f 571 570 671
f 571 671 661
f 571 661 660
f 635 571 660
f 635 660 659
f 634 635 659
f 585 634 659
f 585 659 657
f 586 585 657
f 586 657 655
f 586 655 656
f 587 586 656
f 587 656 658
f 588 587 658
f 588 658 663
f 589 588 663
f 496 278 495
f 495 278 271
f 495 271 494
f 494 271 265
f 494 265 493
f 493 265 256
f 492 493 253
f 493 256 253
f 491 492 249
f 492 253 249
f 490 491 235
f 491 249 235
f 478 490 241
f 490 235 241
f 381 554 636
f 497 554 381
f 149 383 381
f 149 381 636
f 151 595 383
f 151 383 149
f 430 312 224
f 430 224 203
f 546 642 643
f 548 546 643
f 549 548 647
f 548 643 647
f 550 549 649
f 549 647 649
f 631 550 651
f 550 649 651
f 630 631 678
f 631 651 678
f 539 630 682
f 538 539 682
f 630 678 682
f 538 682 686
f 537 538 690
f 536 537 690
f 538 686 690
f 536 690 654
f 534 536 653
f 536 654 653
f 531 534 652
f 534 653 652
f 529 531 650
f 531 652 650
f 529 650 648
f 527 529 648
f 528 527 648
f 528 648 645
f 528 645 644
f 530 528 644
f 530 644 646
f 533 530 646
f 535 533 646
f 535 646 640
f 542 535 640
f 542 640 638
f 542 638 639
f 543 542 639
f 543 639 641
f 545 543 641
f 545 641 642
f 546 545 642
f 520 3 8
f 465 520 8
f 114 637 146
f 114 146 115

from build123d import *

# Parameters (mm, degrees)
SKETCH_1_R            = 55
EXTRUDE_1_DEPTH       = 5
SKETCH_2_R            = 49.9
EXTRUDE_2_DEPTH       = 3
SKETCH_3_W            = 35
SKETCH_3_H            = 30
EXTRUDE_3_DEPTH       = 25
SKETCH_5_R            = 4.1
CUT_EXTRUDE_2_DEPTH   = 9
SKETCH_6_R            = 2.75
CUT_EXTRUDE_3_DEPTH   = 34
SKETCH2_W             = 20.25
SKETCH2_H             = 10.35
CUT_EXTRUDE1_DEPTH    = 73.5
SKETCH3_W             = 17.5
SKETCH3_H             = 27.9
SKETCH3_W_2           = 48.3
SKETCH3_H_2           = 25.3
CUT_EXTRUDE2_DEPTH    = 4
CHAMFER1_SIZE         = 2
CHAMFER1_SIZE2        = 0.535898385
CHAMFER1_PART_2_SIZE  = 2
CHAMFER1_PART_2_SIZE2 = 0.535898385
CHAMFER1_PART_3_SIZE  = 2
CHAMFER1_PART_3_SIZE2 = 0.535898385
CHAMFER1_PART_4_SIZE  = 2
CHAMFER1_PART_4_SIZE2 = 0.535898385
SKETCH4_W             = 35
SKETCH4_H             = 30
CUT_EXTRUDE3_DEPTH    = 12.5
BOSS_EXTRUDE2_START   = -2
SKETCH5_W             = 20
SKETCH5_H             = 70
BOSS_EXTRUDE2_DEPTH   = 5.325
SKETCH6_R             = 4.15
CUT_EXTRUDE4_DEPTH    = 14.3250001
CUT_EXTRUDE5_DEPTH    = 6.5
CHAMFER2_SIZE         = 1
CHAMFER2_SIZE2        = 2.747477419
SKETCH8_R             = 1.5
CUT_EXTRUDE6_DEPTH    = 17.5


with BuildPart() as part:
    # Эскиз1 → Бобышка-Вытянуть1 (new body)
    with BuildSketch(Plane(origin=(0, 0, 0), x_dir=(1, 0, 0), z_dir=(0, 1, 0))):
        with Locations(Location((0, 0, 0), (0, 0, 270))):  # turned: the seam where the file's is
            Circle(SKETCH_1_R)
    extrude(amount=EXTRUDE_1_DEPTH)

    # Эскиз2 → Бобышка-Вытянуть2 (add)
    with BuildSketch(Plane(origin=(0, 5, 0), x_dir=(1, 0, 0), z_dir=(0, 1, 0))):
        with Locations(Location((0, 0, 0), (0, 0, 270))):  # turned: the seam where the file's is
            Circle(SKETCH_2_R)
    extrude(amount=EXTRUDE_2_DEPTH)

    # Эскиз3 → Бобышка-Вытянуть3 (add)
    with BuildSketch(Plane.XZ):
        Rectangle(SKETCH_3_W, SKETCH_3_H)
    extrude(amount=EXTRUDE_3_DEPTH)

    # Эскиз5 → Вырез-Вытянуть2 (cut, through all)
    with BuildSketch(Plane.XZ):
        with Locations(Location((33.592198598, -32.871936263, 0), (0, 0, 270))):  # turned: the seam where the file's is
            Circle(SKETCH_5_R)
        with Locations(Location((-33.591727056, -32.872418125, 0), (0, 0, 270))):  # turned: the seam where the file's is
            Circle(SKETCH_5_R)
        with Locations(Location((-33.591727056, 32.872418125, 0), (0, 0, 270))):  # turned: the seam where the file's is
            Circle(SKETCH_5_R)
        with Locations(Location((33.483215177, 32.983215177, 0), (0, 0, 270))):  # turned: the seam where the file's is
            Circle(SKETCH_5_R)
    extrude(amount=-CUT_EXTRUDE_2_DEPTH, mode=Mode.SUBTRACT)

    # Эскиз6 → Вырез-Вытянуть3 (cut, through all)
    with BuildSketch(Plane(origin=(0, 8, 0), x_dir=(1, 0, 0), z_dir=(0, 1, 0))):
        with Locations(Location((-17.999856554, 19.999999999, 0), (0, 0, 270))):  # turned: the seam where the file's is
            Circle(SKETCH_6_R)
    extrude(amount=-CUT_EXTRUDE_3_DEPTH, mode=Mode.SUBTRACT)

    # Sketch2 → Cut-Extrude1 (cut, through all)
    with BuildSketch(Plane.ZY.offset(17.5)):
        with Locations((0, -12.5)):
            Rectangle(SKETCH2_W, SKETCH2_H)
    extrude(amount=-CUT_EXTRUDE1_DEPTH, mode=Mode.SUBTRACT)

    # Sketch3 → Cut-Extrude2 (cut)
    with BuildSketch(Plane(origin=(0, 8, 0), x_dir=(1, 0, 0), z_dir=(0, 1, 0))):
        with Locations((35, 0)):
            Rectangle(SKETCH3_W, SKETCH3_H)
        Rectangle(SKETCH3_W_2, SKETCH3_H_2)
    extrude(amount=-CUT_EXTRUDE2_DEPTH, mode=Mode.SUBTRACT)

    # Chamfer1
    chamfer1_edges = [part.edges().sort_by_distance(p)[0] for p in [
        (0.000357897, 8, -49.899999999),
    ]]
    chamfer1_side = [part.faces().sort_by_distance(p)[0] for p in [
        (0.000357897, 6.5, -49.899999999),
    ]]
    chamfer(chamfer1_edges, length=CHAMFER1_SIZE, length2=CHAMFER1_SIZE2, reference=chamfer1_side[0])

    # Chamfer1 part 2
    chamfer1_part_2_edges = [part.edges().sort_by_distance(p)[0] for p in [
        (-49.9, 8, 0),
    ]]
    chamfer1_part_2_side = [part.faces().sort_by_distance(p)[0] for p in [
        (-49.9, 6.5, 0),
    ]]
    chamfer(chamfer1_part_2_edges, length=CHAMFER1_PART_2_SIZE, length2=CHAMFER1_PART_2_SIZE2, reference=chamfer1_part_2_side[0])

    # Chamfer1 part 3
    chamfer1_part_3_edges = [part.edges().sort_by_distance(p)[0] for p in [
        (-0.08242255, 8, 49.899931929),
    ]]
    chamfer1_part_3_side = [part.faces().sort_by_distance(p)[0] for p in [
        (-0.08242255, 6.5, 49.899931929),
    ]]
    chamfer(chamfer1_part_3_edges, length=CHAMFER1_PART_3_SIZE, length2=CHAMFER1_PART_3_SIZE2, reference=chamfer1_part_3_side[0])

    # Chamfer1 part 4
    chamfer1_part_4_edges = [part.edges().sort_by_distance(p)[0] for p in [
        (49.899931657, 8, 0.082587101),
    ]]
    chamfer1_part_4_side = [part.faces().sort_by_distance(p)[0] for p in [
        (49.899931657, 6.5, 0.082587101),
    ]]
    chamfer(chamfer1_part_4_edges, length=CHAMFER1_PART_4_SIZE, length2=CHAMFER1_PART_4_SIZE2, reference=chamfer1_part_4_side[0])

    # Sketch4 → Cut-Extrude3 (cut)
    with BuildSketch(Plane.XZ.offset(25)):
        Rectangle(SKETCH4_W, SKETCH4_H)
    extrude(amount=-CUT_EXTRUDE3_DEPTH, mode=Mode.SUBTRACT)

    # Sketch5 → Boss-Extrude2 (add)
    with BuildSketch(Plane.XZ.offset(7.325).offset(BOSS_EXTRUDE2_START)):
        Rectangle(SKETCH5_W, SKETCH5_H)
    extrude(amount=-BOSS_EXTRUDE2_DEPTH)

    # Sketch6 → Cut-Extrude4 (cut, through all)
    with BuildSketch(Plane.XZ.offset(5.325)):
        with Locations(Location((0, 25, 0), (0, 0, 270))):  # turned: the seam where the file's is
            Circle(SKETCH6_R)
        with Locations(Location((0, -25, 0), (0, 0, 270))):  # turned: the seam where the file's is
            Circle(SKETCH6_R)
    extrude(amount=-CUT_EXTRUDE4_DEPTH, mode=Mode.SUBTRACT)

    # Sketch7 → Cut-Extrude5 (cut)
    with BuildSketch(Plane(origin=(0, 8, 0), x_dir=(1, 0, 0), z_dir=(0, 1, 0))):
★ ★ ★
• **Work item**:
Which of the lines above hold the word "through"? Copy each one.

• **Response to this exercise**:
    # Эскиз5 → Вырез-Вытянуть2 (cut, through all)
    # Эскиз6 → Вырез-Вытянуть3 (cut, through all)
    # Sketch2 → Cut-Extrude1 (cut, through all)
    # Sketch6 → Cut-Extrude4 (cut, through all)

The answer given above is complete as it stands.